Exercise goal: Once you reach the line that holds "v 4.366 -2.245 16.9" in the listing below, output it and every line after it through the line that holds "v 4.366 -4.762 12.7", word for word.

Data:

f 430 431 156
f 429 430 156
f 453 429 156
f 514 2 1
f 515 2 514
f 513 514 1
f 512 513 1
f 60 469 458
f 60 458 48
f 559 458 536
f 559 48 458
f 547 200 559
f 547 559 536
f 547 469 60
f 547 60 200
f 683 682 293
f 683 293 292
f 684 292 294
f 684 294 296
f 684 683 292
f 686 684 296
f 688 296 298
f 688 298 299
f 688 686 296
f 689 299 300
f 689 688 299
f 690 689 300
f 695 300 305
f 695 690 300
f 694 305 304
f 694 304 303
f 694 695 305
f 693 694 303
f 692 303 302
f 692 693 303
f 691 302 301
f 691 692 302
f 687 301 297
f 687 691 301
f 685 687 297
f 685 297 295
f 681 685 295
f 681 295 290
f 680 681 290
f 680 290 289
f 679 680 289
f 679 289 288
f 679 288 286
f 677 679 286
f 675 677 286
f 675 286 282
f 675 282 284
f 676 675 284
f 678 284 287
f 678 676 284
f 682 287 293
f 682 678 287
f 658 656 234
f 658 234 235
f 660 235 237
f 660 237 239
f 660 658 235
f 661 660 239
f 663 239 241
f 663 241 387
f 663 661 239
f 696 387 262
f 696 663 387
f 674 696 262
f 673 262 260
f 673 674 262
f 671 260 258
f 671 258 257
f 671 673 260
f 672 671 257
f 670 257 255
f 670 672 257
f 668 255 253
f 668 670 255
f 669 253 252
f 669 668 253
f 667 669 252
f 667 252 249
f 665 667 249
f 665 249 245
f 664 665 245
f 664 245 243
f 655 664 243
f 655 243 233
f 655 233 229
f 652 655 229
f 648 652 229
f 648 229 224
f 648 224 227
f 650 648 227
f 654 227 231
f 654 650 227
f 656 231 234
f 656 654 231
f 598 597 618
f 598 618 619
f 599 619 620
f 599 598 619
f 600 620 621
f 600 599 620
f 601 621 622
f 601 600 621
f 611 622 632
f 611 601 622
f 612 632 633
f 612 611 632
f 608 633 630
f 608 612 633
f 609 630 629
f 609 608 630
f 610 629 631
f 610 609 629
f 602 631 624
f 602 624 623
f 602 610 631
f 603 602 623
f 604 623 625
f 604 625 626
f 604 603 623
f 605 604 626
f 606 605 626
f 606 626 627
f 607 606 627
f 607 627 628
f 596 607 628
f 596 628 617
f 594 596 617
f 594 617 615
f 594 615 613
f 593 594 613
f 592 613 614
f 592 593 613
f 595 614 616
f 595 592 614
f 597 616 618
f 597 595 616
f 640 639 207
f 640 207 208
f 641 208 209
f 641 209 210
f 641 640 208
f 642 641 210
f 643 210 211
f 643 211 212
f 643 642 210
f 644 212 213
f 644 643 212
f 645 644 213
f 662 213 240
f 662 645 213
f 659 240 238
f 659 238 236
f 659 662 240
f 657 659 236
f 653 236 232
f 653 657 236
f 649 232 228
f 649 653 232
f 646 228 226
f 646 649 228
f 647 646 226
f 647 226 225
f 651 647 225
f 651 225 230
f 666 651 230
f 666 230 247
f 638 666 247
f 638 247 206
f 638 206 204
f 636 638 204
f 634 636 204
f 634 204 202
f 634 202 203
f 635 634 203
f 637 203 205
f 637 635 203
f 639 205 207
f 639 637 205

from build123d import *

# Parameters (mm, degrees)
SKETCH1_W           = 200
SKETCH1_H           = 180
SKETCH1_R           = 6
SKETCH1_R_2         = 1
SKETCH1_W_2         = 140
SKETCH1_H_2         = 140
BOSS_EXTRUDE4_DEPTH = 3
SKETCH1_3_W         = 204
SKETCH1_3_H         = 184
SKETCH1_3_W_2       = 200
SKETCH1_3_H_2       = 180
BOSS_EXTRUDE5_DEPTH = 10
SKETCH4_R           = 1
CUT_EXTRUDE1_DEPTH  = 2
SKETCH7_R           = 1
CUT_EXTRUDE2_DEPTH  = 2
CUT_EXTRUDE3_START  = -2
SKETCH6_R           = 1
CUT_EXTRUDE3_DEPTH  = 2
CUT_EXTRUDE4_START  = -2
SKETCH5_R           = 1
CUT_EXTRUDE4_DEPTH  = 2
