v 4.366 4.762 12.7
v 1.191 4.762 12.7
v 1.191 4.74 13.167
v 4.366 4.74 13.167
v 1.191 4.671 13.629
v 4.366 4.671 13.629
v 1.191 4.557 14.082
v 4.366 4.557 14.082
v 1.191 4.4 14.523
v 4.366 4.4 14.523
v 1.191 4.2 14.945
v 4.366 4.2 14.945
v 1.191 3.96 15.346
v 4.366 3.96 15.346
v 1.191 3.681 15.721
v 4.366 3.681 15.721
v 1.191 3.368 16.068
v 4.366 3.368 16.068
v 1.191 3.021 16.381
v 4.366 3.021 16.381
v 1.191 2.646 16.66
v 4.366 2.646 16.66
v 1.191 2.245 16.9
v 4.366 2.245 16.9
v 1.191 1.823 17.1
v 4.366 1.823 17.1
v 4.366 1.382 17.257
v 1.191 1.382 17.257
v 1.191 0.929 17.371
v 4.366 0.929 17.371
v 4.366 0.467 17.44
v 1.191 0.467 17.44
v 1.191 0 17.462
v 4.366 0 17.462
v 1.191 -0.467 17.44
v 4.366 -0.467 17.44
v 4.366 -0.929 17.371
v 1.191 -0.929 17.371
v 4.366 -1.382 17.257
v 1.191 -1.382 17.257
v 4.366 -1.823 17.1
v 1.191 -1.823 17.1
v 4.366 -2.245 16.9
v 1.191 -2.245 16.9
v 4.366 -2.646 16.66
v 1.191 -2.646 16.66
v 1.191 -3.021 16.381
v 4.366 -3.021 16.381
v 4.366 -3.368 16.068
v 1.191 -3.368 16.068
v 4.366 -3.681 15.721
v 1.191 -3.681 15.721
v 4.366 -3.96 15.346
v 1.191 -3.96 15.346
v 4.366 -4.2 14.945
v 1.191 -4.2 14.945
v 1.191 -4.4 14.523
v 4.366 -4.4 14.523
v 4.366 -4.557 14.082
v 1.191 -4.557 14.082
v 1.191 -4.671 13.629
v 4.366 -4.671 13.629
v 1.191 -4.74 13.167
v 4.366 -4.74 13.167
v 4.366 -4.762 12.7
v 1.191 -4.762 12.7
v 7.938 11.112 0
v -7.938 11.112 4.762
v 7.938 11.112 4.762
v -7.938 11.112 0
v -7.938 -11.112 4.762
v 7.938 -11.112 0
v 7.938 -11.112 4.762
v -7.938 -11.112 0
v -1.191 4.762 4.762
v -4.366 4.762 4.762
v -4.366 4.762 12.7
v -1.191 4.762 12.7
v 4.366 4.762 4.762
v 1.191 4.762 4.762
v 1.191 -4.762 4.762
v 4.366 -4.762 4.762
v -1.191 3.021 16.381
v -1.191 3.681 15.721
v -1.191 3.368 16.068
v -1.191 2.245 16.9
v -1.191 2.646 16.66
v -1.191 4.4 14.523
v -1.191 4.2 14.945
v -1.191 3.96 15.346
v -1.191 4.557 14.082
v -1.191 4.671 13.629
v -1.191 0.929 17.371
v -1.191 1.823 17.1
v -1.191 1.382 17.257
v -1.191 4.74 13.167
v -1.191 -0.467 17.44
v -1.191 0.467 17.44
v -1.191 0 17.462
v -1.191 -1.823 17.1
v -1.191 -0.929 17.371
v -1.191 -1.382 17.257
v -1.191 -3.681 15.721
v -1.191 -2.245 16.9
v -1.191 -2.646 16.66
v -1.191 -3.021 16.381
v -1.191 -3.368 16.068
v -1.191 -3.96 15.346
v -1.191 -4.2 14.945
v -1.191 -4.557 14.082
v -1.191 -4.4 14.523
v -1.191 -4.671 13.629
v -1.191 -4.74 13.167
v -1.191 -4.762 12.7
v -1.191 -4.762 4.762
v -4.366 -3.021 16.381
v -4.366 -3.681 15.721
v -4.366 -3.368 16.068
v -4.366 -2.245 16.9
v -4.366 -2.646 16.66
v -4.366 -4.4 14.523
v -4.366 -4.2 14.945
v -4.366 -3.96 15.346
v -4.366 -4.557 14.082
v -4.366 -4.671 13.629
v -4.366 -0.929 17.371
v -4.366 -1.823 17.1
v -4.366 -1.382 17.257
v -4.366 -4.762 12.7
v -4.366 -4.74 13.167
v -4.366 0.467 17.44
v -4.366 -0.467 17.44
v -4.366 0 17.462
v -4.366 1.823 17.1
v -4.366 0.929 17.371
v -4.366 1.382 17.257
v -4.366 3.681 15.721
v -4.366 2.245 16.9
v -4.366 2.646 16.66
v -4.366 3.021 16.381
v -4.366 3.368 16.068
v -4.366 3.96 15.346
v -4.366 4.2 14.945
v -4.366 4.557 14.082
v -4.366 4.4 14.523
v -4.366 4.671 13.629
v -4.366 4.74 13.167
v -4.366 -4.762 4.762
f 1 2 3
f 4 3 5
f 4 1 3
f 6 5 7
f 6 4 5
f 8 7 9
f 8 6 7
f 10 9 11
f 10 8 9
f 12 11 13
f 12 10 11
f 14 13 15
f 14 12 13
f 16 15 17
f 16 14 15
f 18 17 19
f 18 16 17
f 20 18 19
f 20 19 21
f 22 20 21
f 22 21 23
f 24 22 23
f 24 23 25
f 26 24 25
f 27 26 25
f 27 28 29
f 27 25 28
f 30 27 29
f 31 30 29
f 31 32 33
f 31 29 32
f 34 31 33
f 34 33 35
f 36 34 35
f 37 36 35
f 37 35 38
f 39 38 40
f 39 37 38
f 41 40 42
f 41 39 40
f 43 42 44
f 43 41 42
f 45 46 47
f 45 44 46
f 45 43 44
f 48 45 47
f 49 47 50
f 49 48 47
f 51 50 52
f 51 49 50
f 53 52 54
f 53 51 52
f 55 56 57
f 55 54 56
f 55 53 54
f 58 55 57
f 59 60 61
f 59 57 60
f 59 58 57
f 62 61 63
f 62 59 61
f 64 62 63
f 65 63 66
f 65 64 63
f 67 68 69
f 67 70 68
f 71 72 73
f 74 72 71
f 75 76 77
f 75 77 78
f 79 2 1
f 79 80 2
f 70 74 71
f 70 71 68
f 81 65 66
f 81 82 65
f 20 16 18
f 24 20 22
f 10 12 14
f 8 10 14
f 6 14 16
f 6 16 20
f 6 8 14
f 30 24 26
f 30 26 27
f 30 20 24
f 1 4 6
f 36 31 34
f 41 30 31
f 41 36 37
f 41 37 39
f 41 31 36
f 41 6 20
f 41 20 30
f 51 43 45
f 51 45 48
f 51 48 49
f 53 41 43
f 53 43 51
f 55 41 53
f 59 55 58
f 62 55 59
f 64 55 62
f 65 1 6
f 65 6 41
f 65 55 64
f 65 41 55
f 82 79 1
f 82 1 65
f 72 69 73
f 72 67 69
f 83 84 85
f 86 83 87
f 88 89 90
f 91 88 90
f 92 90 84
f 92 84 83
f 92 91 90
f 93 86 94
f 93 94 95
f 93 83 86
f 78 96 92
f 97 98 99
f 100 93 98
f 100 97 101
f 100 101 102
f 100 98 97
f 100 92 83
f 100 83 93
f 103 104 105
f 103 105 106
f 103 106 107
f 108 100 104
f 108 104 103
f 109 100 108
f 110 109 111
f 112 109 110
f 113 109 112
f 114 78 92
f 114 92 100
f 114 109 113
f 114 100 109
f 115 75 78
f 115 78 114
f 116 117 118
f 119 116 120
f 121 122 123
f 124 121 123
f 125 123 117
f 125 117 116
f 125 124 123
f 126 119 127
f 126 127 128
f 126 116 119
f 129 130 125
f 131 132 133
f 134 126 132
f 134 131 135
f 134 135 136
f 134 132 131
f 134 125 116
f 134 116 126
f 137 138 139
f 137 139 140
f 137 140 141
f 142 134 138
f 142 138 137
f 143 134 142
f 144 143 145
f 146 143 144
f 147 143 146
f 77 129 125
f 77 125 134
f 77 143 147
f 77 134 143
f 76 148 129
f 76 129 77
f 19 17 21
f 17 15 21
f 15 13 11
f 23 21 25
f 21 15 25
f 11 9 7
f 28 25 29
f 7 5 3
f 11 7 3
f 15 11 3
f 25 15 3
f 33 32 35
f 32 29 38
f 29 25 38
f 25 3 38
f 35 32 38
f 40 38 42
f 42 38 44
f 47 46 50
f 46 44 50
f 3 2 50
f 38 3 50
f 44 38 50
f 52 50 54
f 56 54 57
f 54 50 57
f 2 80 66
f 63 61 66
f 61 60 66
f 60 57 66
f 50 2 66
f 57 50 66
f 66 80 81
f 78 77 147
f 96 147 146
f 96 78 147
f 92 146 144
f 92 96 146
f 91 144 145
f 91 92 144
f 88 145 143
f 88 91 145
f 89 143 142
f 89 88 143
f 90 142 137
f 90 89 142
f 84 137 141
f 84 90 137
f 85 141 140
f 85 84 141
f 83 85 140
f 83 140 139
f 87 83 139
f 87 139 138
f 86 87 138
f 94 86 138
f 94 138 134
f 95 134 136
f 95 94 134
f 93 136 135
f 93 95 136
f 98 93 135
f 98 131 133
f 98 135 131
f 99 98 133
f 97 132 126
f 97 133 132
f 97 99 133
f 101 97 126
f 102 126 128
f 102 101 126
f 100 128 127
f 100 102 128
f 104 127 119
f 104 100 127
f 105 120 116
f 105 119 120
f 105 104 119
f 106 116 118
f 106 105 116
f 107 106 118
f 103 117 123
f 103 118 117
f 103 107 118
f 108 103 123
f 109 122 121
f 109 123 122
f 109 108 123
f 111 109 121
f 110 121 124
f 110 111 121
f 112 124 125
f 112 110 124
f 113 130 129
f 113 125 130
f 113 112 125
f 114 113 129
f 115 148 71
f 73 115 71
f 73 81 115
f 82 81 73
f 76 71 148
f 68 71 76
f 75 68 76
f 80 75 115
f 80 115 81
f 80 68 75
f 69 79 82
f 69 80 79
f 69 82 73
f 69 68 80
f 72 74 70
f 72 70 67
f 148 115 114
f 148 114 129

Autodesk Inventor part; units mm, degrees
ref_plane "YZ Plane" through (0, 0, 0) normal (1, 0, 0) x (0, 1, 0)
ref_plane "XZ Plane" through (0, 0, 0) normal (0, 1, 0) x (-1, 0, 0)
ref_plane "XY Plane" through (0, 0, 0) normal (0, 0, 1) x (1, 0, 0)
sketch "Sketch1" plane through (0, 0, 0) normal (0, 0, 1) x (1, 0, 0)
  line L0 (-11.1125, 0) -> (11.1125, 0) projected
  line L1 (0, -15.5575) -> (0, 15.5575) projected
  line L2 (-7.9375, 11.1125) -> (7.9375, 11.1125)
  line L3 (7.9375, 11.1125) -> (7.9375, -11.1125)
  line L4 (7.9375, -11.1125) -> (-7.9375, -11.1125)
  line L5 (-7.9375, -11.1125) -> (-7.9375, 11.1125)
  point P0 (0, 0)
  point P1 (-7.9375, 0)
  point P2 (0, 11.1125)
  dimension "d0" = 15.875
  dimension "d1" = 22.225
extrude "Extrusion1" add sketch "Sketch1" along normal blind 4.7625
sketch "Sketch2" plane through (0, 0, 4.7625) normal (0, 0, 1) x (1, 0, 0)
  line L0 (4.3656, 4.7625) -> (4.3656, -4.7625)
  line L1 (-4.3656, -4.7625) -> (-4.3656, 4.7625)
  line L2 (-1.1906, 4.7625) -> (-1.1906, -4.7625)
  line L3 (1.1906, 4.7625) -> (1.1906, -4.7625)
  line L4 (-4.3656, 4.7625) -> (-1.1906, 4.7625)
  line L5 (1.1906, 4.7625) -> (4.3656, 4.7625)
  line L6 (4.3656, -4.7625) -> (1.1906, -4.7625)
  line L7 (-1.1906, -4.7625) -> (-4.3656, -4.7625)
  line L8 (1.1906, 4.7625) -> (-1.1906, 4.7625) construction
  line L9 (-1.1906, -4.7625) -> (1.1906, -4.7625) construction
  point P0 (0, 0)
  point P1 (-4.3656, 0)
  point P2 (0, 6.35)
  point P3 (0, 4.7625)
  dimension "d5" = 9.525
  dimension "d10" = 2.3813
  dimension "d11" = 3.175
extrude "Extrusion4" add sketch "Sketch2" along normal blind 12.7
sketch "Sketch4" plane through (4.3656, -4.7625, 4.7625) normal (1, 0, 0) x (0, 0, -1)
  line L0 (-12.7, 9.525) -> (-12.7, 0) projected
  line L1 (0, 0) -> (-12.7, 0) projected
  line L2 (0, 9.525) -> (0, 0) projected
  line L3 (0, 9.525) -> (-12.7, 9.525) projected
  arc A0 (-7.9375, 9.525) -> (-7.9375, 0) centre (-7.9375, 4.7625) ccw
  point P0 (4.7625, 4.7625)
extrude "Extrusion5" cut sketch "Sketch4" against normal through all contours L3 A0 L0 | A0 L1 L0
properties part number "piston mount bracket"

Result for this task:
v 4.366 -2.245 16.9
v 1.191 -2.245 16.9
v 4.366 -2.646 16.66
v 1.191 -2.646 16.66
v 1.191 -3.021 16.381
v 4.366 -3.021 16.381
v 4.366 -3.368 16.068
v 1.191 -3.368 16.068
v 4.366 -3.681 15.721
v 1.191 -3.681 15.721
v 4.366 -3.96 15.346
v 1.191 -3.96 15.346
v 4.366 -4.2 14.945
v 1.191 -4.2 14.945
v 1.191 -4.4 14.523
v 4.366 -4.4 14.523
v 4.366 -4.557 14.082
v 1.191 -4.557 14.082
v 1.191 -4.671 13.629
v 4.366 -4.671 13.629
v 1.191 -4.74 13.167
v 4.366 -4.74 13.167
v 4.366 -4.762 12.7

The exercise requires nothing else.